-- Opening Marker --
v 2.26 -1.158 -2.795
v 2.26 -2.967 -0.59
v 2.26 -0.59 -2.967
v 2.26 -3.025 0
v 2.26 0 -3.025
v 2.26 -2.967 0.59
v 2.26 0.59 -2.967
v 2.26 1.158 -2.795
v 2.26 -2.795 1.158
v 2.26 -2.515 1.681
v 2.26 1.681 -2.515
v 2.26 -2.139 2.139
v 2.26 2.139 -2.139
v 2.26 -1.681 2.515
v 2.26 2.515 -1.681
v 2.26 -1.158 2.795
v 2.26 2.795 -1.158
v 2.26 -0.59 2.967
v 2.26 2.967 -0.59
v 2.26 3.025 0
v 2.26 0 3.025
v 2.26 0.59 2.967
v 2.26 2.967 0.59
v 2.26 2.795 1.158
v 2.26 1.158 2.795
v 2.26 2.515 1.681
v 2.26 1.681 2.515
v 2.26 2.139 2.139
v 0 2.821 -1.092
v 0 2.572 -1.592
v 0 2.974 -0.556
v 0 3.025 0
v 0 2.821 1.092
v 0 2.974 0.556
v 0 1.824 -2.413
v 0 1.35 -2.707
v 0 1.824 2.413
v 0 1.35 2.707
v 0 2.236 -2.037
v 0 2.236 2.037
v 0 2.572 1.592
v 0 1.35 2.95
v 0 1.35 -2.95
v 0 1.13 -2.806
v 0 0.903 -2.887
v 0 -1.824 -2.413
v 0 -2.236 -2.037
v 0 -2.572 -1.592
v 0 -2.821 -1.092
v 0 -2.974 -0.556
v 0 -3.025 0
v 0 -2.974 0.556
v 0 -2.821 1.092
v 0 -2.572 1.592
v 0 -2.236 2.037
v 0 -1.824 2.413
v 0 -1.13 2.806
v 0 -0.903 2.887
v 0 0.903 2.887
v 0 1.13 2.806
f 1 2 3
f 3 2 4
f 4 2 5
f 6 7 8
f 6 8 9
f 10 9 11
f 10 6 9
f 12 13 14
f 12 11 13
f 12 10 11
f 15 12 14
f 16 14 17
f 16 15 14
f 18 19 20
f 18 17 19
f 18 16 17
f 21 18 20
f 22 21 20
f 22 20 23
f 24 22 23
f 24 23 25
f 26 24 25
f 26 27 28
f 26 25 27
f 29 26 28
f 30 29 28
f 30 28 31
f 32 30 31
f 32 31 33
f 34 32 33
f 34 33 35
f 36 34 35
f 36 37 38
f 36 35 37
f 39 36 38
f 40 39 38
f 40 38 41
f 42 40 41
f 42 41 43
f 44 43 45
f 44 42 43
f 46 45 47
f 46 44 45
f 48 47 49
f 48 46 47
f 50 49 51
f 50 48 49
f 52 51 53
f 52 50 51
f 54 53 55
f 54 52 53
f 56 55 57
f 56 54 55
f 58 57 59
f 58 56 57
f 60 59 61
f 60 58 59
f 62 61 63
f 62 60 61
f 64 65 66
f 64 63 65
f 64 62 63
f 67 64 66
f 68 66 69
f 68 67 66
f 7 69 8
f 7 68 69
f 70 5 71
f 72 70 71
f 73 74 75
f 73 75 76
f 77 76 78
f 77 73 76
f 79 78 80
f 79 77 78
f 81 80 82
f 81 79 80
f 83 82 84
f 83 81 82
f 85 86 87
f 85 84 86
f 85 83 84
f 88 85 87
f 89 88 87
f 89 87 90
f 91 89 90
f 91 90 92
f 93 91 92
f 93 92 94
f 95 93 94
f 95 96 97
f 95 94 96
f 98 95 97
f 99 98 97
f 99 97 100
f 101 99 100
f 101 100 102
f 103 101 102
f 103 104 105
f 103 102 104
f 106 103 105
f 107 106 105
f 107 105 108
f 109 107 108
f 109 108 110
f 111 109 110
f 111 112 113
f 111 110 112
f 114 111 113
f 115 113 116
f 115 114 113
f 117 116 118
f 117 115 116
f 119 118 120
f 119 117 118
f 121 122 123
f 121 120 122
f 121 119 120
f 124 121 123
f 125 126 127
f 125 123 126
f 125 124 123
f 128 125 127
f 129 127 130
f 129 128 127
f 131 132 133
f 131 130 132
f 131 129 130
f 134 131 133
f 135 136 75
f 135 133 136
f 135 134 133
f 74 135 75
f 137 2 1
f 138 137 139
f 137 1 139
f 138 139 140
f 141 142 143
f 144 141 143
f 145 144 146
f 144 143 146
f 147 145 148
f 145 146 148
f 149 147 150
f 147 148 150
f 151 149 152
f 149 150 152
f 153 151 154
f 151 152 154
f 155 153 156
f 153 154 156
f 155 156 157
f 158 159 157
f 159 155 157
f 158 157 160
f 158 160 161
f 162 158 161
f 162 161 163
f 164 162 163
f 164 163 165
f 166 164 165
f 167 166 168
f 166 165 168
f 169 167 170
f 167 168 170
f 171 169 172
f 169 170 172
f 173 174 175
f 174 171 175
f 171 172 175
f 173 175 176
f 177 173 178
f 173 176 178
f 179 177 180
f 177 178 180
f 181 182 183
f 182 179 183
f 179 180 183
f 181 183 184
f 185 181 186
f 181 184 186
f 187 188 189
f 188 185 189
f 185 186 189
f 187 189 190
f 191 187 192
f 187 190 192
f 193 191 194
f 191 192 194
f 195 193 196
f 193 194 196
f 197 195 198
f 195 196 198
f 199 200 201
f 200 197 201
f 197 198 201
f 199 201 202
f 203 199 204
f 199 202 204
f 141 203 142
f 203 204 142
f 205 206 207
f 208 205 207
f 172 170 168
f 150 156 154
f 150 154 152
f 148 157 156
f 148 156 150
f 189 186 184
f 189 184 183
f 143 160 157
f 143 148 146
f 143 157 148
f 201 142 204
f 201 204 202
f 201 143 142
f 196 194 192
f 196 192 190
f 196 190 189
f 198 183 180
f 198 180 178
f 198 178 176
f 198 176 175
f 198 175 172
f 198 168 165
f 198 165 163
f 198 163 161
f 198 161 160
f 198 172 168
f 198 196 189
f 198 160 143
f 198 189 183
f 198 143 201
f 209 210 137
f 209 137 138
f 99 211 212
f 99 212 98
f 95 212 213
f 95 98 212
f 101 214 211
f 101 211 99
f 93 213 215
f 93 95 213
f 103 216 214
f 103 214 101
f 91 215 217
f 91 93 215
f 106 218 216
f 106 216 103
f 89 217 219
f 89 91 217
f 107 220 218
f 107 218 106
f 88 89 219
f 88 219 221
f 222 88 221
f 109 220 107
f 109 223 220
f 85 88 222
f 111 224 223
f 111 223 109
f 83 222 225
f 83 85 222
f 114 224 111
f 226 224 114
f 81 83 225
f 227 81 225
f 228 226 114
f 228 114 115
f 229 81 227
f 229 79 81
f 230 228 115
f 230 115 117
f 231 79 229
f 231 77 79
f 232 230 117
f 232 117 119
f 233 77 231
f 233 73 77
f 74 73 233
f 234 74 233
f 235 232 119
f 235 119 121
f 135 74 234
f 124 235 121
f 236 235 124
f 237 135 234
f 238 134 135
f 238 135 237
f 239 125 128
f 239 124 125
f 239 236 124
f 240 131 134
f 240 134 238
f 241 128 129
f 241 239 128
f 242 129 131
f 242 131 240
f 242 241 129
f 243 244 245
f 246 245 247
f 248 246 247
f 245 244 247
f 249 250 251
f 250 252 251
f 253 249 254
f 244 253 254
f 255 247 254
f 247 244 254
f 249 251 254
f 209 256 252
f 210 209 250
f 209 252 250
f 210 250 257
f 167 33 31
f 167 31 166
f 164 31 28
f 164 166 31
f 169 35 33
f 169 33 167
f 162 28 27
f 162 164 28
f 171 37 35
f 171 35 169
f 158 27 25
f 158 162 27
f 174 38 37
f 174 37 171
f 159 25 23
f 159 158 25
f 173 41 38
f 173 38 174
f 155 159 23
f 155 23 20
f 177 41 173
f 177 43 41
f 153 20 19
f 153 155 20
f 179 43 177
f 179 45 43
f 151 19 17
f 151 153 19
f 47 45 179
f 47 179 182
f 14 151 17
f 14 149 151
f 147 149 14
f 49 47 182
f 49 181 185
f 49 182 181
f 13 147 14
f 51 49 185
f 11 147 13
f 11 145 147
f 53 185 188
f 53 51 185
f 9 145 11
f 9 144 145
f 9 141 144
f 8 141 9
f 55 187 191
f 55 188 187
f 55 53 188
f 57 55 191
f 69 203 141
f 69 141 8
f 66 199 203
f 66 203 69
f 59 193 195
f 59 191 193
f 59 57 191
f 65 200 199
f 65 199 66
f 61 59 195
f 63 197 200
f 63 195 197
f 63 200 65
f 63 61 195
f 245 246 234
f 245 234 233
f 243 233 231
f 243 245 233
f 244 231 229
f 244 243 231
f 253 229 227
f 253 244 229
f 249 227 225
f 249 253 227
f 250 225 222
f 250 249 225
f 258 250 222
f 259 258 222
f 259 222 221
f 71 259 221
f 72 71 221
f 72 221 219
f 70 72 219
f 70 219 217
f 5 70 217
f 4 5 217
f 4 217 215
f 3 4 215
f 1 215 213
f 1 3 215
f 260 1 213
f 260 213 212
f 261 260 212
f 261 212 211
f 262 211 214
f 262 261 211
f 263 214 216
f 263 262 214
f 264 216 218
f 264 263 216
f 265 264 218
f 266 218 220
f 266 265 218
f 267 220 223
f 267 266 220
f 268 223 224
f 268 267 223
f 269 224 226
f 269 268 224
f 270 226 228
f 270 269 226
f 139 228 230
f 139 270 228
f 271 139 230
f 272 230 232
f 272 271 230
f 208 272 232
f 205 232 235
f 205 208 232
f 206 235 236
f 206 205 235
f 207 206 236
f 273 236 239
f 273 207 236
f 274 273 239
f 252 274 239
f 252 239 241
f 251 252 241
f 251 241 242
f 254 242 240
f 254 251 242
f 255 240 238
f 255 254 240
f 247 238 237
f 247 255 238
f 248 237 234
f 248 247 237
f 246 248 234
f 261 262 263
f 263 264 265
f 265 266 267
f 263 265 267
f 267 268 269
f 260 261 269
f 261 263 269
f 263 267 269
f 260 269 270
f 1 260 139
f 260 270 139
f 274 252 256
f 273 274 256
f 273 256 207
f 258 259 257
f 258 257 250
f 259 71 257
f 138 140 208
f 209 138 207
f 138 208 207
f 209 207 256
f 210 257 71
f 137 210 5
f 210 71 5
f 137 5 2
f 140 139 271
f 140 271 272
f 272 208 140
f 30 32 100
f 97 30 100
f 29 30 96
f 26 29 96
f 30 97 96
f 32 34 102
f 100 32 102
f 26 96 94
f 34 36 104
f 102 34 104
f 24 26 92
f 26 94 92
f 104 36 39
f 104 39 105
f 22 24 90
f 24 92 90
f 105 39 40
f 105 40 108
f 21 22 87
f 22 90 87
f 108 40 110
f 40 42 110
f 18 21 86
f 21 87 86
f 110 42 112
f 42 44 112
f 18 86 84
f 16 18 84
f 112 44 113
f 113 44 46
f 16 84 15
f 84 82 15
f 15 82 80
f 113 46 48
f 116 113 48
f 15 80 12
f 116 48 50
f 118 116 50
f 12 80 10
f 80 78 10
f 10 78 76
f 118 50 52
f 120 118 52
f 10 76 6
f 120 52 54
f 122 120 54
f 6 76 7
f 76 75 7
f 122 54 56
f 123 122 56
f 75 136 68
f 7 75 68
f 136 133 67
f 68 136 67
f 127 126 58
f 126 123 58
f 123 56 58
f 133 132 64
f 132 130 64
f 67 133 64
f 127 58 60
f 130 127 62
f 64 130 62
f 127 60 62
-- Closing Marker --
## What is expected
Above are the records; from them, give again exactly the lines from the one containing "f 228 114 115" through the one containing "f 210 209 250", both included.

## Exercise output
f 228 114 115
f 229 81 227
f 229 79 81
f 230 228 115
f 230 115 117
f 231 79 229
f 231 77 79
f 232 230 117
f 232 117 119
f 233 77 231
f 233 73 77
f 74 73 233
f 234 74 233
f 235 232 119
f 235 119 121
f 135 74 234
f 124 235 121
f 236 235 124
f 237 135 234
f 238 134 135
f 238 135 237
f 239 125 128
f 239 124 125
f 239 236 124
f 240 131 134
f 240 134 238
f 241 128 129
f 241 239 128
f 242 129 131
f 242 131 240
f 242 241 129
f 243 244 245
f 246 245 247
f 248 246 247
f 245 244 247
f 249 250 251
f 250 252 251
f 253 249 254
f 244 253 254
f 255 247 254
f 247 244 254
f 249 251 254
f 209 256 252
f 210 209 250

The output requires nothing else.